Print the records below word for word, beginning with the first line and ending once the line containing "#198=ADVANCED_FACE('',(#195),#197,.F.);" is printed.

-------- THE DATA

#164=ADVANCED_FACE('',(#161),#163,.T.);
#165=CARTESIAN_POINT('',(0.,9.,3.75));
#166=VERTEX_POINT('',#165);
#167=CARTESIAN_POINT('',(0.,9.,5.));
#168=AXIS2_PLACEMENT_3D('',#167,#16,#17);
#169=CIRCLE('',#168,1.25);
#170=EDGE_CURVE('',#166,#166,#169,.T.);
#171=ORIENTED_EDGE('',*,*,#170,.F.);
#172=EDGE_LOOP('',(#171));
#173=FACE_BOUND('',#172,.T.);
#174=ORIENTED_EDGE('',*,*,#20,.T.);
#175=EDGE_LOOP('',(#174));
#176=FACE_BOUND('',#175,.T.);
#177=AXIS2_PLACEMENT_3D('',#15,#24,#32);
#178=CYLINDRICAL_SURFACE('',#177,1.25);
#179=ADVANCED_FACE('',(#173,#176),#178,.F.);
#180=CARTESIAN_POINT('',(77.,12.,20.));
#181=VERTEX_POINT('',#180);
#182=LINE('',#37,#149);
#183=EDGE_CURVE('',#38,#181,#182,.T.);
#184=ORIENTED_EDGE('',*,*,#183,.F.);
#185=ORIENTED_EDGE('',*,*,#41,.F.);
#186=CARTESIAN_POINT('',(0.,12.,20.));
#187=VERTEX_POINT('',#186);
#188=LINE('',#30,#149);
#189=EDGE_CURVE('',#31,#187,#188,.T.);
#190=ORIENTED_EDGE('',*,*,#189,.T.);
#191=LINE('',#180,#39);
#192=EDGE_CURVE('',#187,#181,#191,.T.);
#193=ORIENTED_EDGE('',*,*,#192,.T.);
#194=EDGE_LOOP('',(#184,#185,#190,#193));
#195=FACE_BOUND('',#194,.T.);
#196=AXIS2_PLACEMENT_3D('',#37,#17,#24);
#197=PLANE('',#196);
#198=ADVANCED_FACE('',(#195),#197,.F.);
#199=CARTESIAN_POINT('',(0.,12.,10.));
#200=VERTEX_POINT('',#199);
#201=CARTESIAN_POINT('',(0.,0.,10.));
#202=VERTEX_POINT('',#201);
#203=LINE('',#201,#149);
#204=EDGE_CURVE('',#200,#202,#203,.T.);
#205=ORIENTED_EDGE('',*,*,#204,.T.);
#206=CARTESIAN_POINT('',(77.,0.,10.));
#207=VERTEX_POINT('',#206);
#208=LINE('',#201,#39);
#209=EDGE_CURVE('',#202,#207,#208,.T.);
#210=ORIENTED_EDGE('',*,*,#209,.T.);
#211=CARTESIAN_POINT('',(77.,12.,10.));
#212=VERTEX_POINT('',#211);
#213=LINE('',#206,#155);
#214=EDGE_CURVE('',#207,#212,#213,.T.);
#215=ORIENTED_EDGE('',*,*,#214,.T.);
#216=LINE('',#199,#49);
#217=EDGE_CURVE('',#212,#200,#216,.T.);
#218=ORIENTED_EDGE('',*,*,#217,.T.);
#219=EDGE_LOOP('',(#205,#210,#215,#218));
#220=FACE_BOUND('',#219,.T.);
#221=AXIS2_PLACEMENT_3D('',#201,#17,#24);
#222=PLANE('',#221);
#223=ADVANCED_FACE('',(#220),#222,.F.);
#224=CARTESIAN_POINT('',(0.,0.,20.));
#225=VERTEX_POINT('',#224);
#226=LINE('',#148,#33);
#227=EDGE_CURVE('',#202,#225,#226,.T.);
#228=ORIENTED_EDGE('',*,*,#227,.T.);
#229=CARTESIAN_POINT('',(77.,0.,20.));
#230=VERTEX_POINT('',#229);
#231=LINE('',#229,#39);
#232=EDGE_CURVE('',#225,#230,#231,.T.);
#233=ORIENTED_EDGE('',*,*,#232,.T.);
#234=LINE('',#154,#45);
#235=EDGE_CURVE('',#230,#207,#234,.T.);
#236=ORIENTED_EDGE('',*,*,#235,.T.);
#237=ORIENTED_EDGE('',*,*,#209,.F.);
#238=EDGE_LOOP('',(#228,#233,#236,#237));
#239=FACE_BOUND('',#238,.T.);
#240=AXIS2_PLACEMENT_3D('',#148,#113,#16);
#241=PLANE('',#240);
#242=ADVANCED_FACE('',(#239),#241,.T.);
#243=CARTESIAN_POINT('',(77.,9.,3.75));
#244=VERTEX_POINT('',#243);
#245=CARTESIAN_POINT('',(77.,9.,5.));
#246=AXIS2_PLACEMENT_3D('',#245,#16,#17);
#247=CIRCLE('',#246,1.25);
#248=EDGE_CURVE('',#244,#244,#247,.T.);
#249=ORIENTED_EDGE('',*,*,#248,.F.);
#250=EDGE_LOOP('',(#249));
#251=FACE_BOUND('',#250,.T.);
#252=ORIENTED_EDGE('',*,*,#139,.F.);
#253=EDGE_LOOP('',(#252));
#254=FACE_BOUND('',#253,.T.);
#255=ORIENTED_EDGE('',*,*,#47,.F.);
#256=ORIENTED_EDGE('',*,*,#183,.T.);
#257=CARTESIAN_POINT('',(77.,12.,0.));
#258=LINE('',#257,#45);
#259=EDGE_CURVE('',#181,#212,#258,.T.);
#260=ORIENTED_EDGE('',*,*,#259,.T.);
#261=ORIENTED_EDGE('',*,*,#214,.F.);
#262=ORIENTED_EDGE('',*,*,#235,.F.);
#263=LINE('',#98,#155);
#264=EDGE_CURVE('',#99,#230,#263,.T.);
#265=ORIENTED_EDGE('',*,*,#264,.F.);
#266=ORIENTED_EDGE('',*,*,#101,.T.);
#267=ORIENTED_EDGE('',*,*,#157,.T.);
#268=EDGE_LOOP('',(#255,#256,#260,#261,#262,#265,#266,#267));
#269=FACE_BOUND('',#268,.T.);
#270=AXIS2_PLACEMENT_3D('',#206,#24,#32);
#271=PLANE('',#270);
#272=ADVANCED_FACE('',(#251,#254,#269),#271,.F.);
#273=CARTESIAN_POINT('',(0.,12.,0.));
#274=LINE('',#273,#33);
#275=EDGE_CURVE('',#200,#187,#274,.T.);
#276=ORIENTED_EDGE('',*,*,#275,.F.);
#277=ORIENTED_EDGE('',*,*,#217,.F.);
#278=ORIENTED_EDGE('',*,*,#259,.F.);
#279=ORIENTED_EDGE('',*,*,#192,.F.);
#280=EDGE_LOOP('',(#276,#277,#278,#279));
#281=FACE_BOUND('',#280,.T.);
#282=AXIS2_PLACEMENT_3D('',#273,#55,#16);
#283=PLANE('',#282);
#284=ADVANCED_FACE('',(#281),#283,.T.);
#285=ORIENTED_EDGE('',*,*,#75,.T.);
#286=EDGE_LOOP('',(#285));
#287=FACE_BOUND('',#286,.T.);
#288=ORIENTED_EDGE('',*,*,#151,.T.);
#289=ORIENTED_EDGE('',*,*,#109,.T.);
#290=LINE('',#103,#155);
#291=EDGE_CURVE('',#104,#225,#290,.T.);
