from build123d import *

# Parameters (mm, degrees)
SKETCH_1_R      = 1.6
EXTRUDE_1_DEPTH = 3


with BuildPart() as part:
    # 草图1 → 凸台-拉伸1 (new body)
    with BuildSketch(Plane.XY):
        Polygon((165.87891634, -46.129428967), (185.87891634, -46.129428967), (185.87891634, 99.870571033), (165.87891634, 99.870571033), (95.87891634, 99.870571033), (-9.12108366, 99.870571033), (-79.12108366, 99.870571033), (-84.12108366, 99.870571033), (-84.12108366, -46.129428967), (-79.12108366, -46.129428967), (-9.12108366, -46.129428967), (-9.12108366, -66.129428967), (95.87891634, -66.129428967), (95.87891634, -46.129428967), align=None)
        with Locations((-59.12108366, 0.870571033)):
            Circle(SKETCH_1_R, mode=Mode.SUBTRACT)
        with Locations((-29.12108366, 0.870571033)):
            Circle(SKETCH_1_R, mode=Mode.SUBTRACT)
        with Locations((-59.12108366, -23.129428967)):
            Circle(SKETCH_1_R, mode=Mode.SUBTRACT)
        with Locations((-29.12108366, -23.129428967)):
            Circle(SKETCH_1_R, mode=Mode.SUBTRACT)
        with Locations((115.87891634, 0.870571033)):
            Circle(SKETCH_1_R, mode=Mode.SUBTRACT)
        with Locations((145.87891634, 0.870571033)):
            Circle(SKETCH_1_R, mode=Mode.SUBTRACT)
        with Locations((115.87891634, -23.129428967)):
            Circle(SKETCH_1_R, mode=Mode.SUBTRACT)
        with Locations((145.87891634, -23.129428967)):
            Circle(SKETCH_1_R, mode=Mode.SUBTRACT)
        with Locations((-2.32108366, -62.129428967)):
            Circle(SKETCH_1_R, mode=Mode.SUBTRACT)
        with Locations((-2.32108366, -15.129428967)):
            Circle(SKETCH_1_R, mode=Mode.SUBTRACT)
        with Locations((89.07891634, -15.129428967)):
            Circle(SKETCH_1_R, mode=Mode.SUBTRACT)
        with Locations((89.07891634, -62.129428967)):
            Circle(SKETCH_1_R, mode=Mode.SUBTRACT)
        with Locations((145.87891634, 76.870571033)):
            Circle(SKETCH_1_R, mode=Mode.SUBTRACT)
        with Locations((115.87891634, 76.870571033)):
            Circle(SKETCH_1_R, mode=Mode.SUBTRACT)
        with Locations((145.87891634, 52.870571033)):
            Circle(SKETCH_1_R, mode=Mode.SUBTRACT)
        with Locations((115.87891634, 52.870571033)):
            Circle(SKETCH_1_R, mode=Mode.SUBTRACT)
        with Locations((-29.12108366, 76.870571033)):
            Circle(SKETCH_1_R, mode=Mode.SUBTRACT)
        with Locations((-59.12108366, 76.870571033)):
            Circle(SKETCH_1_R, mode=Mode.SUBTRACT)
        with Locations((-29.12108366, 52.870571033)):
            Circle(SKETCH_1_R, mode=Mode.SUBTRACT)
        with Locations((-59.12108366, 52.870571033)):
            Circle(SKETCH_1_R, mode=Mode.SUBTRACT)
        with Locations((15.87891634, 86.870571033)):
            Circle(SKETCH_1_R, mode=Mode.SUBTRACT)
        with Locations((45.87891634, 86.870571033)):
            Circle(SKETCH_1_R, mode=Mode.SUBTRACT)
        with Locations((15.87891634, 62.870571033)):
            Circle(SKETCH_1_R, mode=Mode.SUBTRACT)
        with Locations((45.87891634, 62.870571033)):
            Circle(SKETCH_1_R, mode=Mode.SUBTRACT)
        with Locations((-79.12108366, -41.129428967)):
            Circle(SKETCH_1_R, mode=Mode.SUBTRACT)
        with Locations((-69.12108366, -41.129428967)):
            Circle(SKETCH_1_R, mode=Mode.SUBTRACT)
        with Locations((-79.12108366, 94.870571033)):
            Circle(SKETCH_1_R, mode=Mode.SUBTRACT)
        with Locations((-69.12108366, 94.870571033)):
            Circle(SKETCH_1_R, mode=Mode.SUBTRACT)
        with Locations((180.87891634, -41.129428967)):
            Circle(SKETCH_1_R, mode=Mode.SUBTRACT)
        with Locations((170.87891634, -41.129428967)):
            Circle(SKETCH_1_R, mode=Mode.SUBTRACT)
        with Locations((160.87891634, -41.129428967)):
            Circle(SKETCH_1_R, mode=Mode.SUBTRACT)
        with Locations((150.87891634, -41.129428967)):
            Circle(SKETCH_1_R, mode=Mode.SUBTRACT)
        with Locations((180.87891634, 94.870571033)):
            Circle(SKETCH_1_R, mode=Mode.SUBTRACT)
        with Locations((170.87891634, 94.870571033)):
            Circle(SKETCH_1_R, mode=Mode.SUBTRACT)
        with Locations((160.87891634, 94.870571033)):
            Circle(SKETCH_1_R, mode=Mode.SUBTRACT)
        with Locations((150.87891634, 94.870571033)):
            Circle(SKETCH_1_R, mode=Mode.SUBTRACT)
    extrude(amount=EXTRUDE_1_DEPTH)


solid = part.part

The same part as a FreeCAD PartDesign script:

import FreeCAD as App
import Part
import Sketcher

V = App.Vector
Q = App.Units.Quantity

doc = App.newDocument("Part")
body = doc.addObject("PartDesign::Body", "Body")

sketch1 = body.newObject("Sketcher::SketchObject", "Sketch")
sketch1.AttachmentSupport = (doc.getObject("XY_Plane"), [""])
sketch1.MapMode = "FlatFace"
sketch1.addGeometry(Part.LineSegment(V(185.9, -46.1, 0), V(185.9, 99.9, 0)), False)
sketch1.addGeometry(Part.LineSegment(V(185.9, 99.9, 0), V(-84.1, 99.9, 0)), False)
sketch1.addGeometry(Part.LineSegment(V(-84.1, 99.9, 0), V(-84.1, -46.1, 0)), False)
sketch1.addGeometry(Part.LineSegment(V(-84.1, -46.1, 0), V(-9.1, -46.1, 0)), False)
sketch1.addGeometry(Part.LineSegment(V(-9.1, -46.1, 0), V(-9.1, -66.1, 0)), False)
sketch1.addGeometry(Part.LineSegment(V(-9.1, -66.1, 0), V(95.9, -66.1, 0)), False)
sketch1.addGeometry(Part.LineSegment(V(95.9, -66.1, 0), V(95.9, -46.1, 0)), False)
sketch1.addGeometry(Part.LineSegment(V(95.9, -46.1, 0), V(185.9, -46.1, 0)), False)
sketch1.addGeometry(Part.Circle(V(-79.1, -41.1, 0), V(0, 0, 1), 1.6), False)
sketch1.addGeometry(Part.Circle(V(-69.1, -41.1, 0), V(0, 0, 1), 1.6), False)
sketch1.addGeometry(Part.Circle(V(-2.3, -62.1, 0), V(0, 0, 1), 1.6), False)
sketch1.addGeometry(Part.Circle(V(-59.1, -23.1, 0), V(0, 0, 1), 1.6), False)
sketch1.addGeometry(Part.Circle(V(-29.1, -23.1, 0), V(0, 0, 1), 1.6), False)
sketch1.addGeometry(Part.Circle(V(-59.1, 0.9, 0), V(0, 0, 1), 1.6), False)
sketch1.addGeometry(Part.Circle(V(-29.1, 0.9, 0), V(0, 0, 1), 1.6), False)
sketch1.addGeometry(Part.Circle(V(-2.3, -15.1, 0), V(0, 0, 1), 1.6), False)
sketch1.addGeometry(Part.Circle(V(89.1, -62.1, 0), V(0, 0, 1), 1.6), False)
sketch1.addGeometry(Part.Circle(V(150.9, -41.1, 0), V(0, 0, 1), 1.6), False)
sketch1.addGeometry(Part.Circle(V(160.9, -41.1, 0), V(0, 0, 1), 1.6), False)
sketch1.addGeometry(Part.Circle(V(170.9, -41.1, 0), V(0, 0, 1), 1.6), False)
sketch1.addGeometry(Part.Circle(V(180.9, -41.1, 0), V(0, 0, 1), 1.6), False)
sketch1.addGeometry(Part.Circle(V(89.1, -15.1, 0), V(0, 0, 1), 1.6), False)
sketch1.addGeometry(Part.Circle(V(115.9, -23.1, 0), V(0, 0, 1), 1.6), False)
sketch1.addGeometry(Part.Circle(V(115.9, 0.9, 0), V(0, 0, 1), 1.6), False)
sketch1.addGeometry(Part.Circle(V(145.9, -23.1, 0), V(0, 0, 1), 1.6), False)
sketch1.addGeometry(Part.Circle(V(145.9, 0.9, 0), V(0, 0, 1), 1.6), False)
sketch1.addGeometry(Part.Circle(V(-59.1, 52.9, 0), V(0, 0, 1), 1.6), False)
sketch1.addGeometry(Part.Circle(V(-29.1, 52.9, 0), V(0, 0, 1), 1.6), False)
sketch1.addGeometry(Part.Circle(V(-59.1, 76.9, 0), V(0, 0, 1), 1.6), False)
sketch1.addGeometry(Part.Circle(V(-79.1, 94.9, 0), V(0, 0, 1), 1.6), False)
sketch1.addGeometry(Part.Circle(V(-69.1, 94.9, 0), V(0, 0, 1), 1.6), False)
sketch1.addGeometry(Part.Circle(V(-29.1, 76.9, 0), V(0, 0, 1), 1.6), False)
sketch1.addGeometry(Part.Circle(V(15.9, 62.9, 0), V(0, 0, 1), 1.6), False)
sketch1.addGeometry(Part.Circle(V(45.9, 62.9, 0), V(0, 0, 1), 1.6), False)
sketch1.addGeometry(Part.Circle(V(15.9, 86.9, 0), V(0, 0, 1), 1.6), False)
sketch1.addGeometry(Part.Circle(V(45.9, 86.9, 0), V(0, 0, 1), 1.6), False)
sketch1.addGeometry(Part.Circle(V(115.9, 52.9, 0), V(0, 0, 1), 1.6), False)
sketch1.addGeometry(Part.Circle(V(145.9, 52.9, 0), V(0, 0, 1), 1.6), False)
sketch1.addGeometry(Part.Circle(V(115.9, 76.9, 0), V(0, 0, 1), 1.6), False)
sketch1.addGeometry(Part.Circle(V(145.9, 76.9, 0), V(0, 0, 1), 1.6), False)
sketch1.addGeometry(Part.Circle(V(150.9, 94.9, 0), V(0, 0, 1), 1.6), False)
sketch1.addGeometry(Part.Circle(V(160.9, 94.9, 0), V(0, 0, 1), 1.6), False)
sketch1.addGeometry(Part.Circle(V(170.9, 94.9, 0), V(0, 0, 1), 1.6), False)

----------------

SOLUTION TO THIS PROBLEM:
#164=ADVANCED_FACE('',(#161),#163,.T.);
#165=CARTESIAN_POINT('',(0.,9.,3.75));
#166=VERTEX_POINT('',#165);
#167=CARTESIAN_POINT('',(0.,9.,5.));
#168=AXIS2_PLACEMENT_3D('',#167,#16,#17);
#169=CIRCLE('',#168,1.25);
#170=EDGE_CURVE('',#166,#166,#169,.T.);
#171=ORIENTED_EDGE('',*,*,#170,.F.);
#172=EDGE_LOOP('',(#171));
#173=FACE_BOUND('',#172,.T.);
#174=ORIENTED_EDGE('',*,*,#20,.T.);
#175=EDGE_LOOP('',(#174));
#176=FACE_BOUND('',#175,.T.);
#177=AXIS2_PLACEMENT_3D('',#15,#24,#32);
#178=CYLINDRICAL_SURFACE('',#177,1.25);
#179=ADVANCED_FACE('',(#173,#176),#178,.F.);
#180=CARTESIAN_POINT('',(77.,12.,20.));
#181=VERTEX_POINT('',#180);
#182=LINE('',#37,#149);
#183=EDGE_CURVE('',#38,#181,#182,.T.);
#184=ORIENTED_EDGE('',*,*,#183,.F.);
#185=ORIENTED_EDGE('',*,*,#41,.F.);
#186=CARTESIAN_POINT('',(0.,12.,20.));
#187=VERTEX_POINT('',#186);
#188=LINE('',#30,#149);
#189=EDGE_CURVE('',#31,#187,#188,.T.);
#190=ORIENTED_EDGE('',*,*,#189,.T.);
#191=LINE('',#180,#39);
#192=EDGE_CURVE('',#187,#181,#191,.T.);
#193=ORIENTED_EDGE('',*,*,#192,.T.);
#194=EDGE_LOOP('',(#184,#185,#190,#193));
#195=FACE_BOUND('',#194,.T.);
#196=AXIS2_PLACEMENT_3D('',#37,#17,#24);
#197=PLANE('',#196);
#198=ADVANCED_FACE('',(#195),#197,.F.);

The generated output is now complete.